Under current rules, the Senate requires a two-thirds vote to bring a bill to the floor. There are 19 Republicans and 12 Democrats in that chamber, meaning the Republicans don't have the majority they need to bring up a bill the Democrats don't like. The Democrats, you might think, won't like a bill that takes the congressional delegation from the current 17 Democrats and 13 Republicans to one that has as many as 19 Republicans.
But Sen. Eddie Lucio, D-Brownsville, has always wanted to go to Congress and he's telling reporters he would be amenable to a redistricting plan that adds another seat in South Texas, especially if it's a seat he could seek. Assuming all of the Senate's 19 Republicans would vote for the plan (that's not as certain a bet as it seems on paper), a vote from Lucio would mean redistricting could get to the Senate floor for a vote in one of two ways: If another Democrat joined him in voting to bring the issue up for debate, or if another Democrat could be persuaded to leave the Senate chamber for a minute, lowering the number of senators needed for a two-thirds vote from 21 to 20.
Throw in some other trade bait during the session to attract interest, and congressional redistricting—which was done by a court last year after the Legislature didn't vote on it—could be back for another round in the Texas Legislature. We haven't heard much conversation about redoing the legislative maps, but if the numbers work for congressional redistricting, they might also work for House and Senate maps. Democrats would like to limit the damage, generally speaking, and Republicans are happy with the House maps, but the GOP wouldn't mind having 21 Senate seats.
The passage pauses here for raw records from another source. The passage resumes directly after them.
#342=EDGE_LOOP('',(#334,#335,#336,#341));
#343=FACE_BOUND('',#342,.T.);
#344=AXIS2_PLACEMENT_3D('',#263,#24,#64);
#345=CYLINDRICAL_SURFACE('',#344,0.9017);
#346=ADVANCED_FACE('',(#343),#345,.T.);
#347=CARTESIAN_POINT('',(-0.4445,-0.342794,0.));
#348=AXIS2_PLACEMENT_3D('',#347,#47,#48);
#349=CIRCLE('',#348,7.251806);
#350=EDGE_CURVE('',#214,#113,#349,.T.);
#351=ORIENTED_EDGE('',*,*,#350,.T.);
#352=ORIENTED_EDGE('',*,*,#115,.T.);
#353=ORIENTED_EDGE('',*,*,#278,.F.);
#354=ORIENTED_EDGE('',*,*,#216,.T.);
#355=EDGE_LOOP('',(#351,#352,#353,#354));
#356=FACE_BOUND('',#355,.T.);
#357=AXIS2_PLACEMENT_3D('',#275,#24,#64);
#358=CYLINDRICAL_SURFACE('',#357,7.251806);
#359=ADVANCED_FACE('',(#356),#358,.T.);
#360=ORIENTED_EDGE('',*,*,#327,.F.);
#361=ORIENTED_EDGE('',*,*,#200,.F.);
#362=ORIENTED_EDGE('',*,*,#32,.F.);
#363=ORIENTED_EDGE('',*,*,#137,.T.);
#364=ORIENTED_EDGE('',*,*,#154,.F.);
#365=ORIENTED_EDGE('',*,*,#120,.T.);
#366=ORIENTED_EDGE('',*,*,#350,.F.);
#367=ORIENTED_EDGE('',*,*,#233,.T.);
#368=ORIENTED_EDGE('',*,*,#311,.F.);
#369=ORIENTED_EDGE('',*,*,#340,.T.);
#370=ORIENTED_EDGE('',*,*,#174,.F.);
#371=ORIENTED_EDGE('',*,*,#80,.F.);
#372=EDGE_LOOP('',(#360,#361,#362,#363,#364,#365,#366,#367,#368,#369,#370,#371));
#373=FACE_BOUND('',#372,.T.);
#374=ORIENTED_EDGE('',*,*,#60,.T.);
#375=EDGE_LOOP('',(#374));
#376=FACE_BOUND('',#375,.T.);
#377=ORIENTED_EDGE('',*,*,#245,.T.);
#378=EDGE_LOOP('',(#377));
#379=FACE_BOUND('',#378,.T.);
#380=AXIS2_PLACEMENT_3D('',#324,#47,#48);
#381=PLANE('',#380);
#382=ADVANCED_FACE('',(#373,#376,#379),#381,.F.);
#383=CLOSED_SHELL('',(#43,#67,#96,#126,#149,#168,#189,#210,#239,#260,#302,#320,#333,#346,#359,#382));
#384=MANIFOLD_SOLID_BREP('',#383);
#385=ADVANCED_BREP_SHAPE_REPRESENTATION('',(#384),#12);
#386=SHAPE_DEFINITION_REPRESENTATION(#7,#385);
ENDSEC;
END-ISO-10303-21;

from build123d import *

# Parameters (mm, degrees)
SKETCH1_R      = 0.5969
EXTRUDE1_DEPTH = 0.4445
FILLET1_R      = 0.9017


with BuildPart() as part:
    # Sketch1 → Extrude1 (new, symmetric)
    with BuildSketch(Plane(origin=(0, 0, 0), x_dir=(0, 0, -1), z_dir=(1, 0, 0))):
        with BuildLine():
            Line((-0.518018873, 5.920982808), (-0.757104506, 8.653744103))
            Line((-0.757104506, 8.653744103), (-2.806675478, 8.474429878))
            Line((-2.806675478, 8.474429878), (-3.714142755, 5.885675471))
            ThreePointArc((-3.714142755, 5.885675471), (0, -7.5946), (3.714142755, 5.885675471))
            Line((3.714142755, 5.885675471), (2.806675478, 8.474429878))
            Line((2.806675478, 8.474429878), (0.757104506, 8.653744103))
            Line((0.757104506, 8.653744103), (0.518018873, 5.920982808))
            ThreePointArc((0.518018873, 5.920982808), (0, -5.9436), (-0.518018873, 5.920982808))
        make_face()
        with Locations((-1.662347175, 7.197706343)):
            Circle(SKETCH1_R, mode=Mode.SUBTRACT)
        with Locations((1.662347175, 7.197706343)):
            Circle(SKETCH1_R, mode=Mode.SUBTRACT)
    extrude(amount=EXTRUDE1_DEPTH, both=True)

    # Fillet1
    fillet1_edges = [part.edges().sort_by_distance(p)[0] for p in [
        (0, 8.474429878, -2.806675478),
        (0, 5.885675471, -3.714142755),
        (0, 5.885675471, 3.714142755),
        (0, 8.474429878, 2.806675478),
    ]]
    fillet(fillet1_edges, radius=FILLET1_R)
U.S. Rep. Larry Combest, R-Lubbock, announced less than a week after he was elected to another term (and several weeks before he'll be sworn in for the new term), that he plans to resign next May. Combest cited personal reasons, saying he wants to spend more time with his wife.
That sets off a game of musical chairs that could ricochet through the Legislature. Among the parties who might be involved are Sen. Robert Duncan, R-Lubbock, and Rep. Carl Isett, also R-Lubbock, and a couple of politicos down in Midland, including City Councilman Jose Cuevos Jr., and former Mayor Bobby Burns, who told local reporters they'd consider the contest. Likewise, Bob Barnes of Odessa told his hometown paper he'll consider running. (This could be the first round in the Midland-Lubbock-Amarillo feud that was talked about a year ago without coming to fruition. Short form: Each town wants to maximize representation. Midland and Amarillo share a Texas Senate seat and Midland and Lubbock share the congressional spot. Right now, Midland and Odessa are represented by a senator and a congressman from the High Plains and the Panhandle.)
Combest is leaving May 31, and Gov. Rick Perry could call a special election anytime he wants to after that date. He's got the option of calling it an emergency, allowing him to pick a date and have someone replace Combest right away. He doesn’t have the power to appoint a replacement.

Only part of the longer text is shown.